● Problem to solve
In the entries below, find the line with "#320=CYLINDRICAL_SURFACE('',#319,3.);" and the line with "#333=MANIFOLD_SOLID_BREP('',#332);"; give again those lines and every line between them, exactly.

[Provided material — start]

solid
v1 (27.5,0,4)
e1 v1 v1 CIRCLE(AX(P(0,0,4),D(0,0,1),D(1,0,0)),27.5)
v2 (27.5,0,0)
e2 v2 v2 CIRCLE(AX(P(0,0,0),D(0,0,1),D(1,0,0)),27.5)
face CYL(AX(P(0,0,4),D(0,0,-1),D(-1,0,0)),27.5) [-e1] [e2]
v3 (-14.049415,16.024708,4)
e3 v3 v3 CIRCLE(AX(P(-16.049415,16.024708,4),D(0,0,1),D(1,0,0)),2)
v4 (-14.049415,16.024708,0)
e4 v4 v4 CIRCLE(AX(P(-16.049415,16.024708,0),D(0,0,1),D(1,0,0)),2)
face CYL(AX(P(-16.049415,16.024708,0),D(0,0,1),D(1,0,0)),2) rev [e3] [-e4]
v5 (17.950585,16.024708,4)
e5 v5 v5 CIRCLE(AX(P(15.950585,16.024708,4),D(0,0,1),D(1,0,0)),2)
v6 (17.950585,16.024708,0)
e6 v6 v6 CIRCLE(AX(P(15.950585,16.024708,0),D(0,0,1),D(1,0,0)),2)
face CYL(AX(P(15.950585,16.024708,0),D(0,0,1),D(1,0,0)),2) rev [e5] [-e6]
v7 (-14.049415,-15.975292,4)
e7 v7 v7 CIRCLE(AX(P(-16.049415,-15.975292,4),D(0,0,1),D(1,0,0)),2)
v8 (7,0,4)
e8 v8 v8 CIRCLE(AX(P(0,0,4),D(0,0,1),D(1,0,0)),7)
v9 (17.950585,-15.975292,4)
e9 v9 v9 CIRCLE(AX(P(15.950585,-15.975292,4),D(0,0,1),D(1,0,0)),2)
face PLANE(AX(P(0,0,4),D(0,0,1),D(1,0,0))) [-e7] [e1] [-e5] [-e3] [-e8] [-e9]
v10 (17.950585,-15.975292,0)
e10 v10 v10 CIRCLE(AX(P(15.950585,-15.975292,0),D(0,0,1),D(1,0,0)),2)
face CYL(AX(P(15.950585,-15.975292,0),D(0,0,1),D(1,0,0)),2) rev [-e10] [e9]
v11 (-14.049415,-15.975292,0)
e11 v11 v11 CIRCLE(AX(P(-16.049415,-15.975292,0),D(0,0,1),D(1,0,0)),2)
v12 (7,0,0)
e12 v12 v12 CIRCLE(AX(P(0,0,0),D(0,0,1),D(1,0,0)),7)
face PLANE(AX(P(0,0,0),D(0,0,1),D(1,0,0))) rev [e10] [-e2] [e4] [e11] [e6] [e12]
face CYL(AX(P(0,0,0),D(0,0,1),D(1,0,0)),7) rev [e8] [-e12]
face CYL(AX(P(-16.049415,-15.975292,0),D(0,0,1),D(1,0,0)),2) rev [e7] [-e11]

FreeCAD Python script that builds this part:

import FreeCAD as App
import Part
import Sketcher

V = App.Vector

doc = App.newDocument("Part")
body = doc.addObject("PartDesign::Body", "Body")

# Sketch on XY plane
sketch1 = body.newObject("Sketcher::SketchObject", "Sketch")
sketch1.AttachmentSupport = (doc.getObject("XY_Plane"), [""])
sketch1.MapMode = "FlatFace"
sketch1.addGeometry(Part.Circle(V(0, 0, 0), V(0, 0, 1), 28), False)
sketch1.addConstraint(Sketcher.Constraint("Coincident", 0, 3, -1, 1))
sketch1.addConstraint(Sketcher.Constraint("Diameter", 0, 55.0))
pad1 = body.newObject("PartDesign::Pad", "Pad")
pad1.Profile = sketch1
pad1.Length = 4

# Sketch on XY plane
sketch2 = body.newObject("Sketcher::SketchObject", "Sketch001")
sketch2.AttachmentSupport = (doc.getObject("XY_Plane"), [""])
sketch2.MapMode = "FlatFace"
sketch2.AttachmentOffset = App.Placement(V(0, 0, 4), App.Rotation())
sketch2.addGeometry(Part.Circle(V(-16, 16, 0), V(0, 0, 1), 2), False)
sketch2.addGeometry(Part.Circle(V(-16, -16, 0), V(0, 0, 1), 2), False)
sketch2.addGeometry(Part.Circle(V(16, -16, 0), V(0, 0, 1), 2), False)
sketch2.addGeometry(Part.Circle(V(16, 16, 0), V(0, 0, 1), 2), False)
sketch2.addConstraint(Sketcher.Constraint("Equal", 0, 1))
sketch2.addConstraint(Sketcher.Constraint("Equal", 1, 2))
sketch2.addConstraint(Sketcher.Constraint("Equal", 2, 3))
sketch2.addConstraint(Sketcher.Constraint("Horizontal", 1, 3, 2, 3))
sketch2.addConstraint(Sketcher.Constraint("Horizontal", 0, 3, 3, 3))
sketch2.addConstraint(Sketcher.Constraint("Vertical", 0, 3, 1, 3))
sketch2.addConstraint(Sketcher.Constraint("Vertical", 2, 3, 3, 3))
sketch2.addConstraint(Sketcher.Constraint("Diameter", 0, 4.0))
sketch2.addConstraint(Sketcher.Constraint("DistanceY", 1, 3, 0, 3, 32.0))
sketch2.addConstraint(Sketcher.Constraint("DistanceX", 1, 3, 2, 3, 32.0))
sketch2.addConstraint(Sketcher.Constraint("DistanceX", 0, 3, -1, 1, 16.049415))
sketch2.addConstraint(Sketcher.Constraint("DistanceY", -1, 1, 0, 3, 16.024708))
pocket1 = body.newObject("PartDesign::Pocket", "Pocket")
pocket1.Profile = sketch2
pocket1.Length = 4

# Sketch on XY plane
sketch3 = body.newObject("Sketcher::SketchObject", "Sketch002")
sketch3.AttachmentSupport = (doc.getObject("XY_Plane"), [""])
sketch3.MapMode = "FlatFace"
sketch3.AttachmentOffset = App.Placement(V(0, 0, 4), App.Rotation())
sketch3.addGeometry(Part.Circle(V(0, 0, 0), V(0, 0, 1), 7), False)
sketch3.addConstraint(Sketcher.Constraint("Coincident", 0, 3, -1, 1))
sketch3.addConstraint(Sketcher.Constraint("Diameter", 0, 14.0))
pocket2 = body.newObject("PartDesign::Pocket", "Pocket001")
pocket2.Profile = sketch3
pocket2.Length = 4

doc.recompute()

[Provided material — finish]
[Provided material — start]

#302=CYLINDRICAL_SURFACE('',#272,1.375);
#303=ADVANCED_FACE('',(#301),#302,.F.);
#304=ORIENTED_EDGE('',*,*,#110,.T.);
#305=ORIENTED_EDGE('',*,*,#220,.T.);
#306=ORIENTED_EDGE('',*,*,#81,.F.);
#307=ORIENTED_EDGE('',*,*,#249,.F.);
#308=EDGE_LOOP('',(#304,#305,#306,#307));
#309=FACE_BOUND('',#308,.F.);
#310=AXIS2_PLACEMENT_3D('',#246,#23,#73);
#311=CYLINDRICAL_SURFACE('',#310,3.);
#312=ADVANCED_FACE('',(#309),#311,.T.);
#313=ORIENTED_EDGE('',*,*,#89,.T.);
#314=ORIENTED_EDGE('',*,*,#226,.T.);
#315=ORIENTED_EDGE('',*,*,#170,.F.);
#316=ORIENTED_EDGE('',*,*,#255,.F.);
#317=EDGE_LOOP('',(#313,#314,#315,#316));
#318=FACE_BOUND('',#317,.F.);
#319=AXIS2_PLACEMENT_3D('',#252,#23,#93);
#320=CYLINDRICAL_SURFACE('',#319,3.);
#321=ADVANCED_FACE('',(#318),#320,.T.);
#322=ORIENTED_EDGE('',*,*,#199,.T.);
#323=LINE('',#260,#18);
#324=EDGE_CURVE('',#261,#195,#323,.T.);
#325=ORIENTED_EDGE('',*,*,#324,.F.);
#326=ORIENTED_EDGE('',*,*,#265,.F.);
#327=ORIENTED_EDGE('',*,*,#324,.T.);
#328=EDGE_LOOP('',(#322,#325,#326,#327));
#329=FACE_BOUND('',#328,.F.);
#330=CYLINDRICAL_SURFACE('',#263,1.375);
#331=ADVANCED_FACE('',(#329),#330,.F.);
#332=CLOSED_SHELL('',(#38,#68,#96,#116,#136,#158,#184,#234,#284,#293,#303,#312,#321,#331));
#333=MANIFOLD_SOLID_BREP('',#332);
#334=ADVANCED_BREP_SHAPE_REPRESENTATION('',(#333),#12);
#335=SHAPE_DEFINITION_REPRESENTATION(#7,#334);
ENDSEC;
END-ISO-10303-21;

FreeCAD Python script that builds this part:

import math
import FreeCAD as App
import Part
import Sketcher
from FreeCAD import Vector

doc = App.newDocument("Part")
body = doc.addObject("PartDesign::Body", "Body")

[Provided material — finish]

● Final answer
#320=CYLINDRICAL_SURFACE('',#319,3.);
#321=ADVANCED_FACE('',(#318),#320,.T.);
#322=ORIENTED_EDGE('',*,*,#199,.T.);
#323=LINE('',#260,#18);
#324=EDGE_CURVE('',#261,#195,#323,.T.);
#325=ORIENTED_EDGE('',*,*,#324,.F.);
#326=ORIENTED_EDGE('',*,*,#265,.F.);
#327=ORIENTED_EDGE('',*,*,#324,.T.);
#328=EDGE_LOOP('',(#322,#325,#326,#327));
#329=FACE_BOUND('',#328,.F.);
#330=CYLINDRICAL_SURFACE('',#263,1.375);
#331=ADVANCED_FACE('',(#329),#330,.F.);
#332=CLOSED_SHELL('',(#38,#68,#96,#116,#136,#158,#184,#234,#284,#293,#303,#312,#321,#331));
#333=MANIFOLD_SOLID_BREP('',#332);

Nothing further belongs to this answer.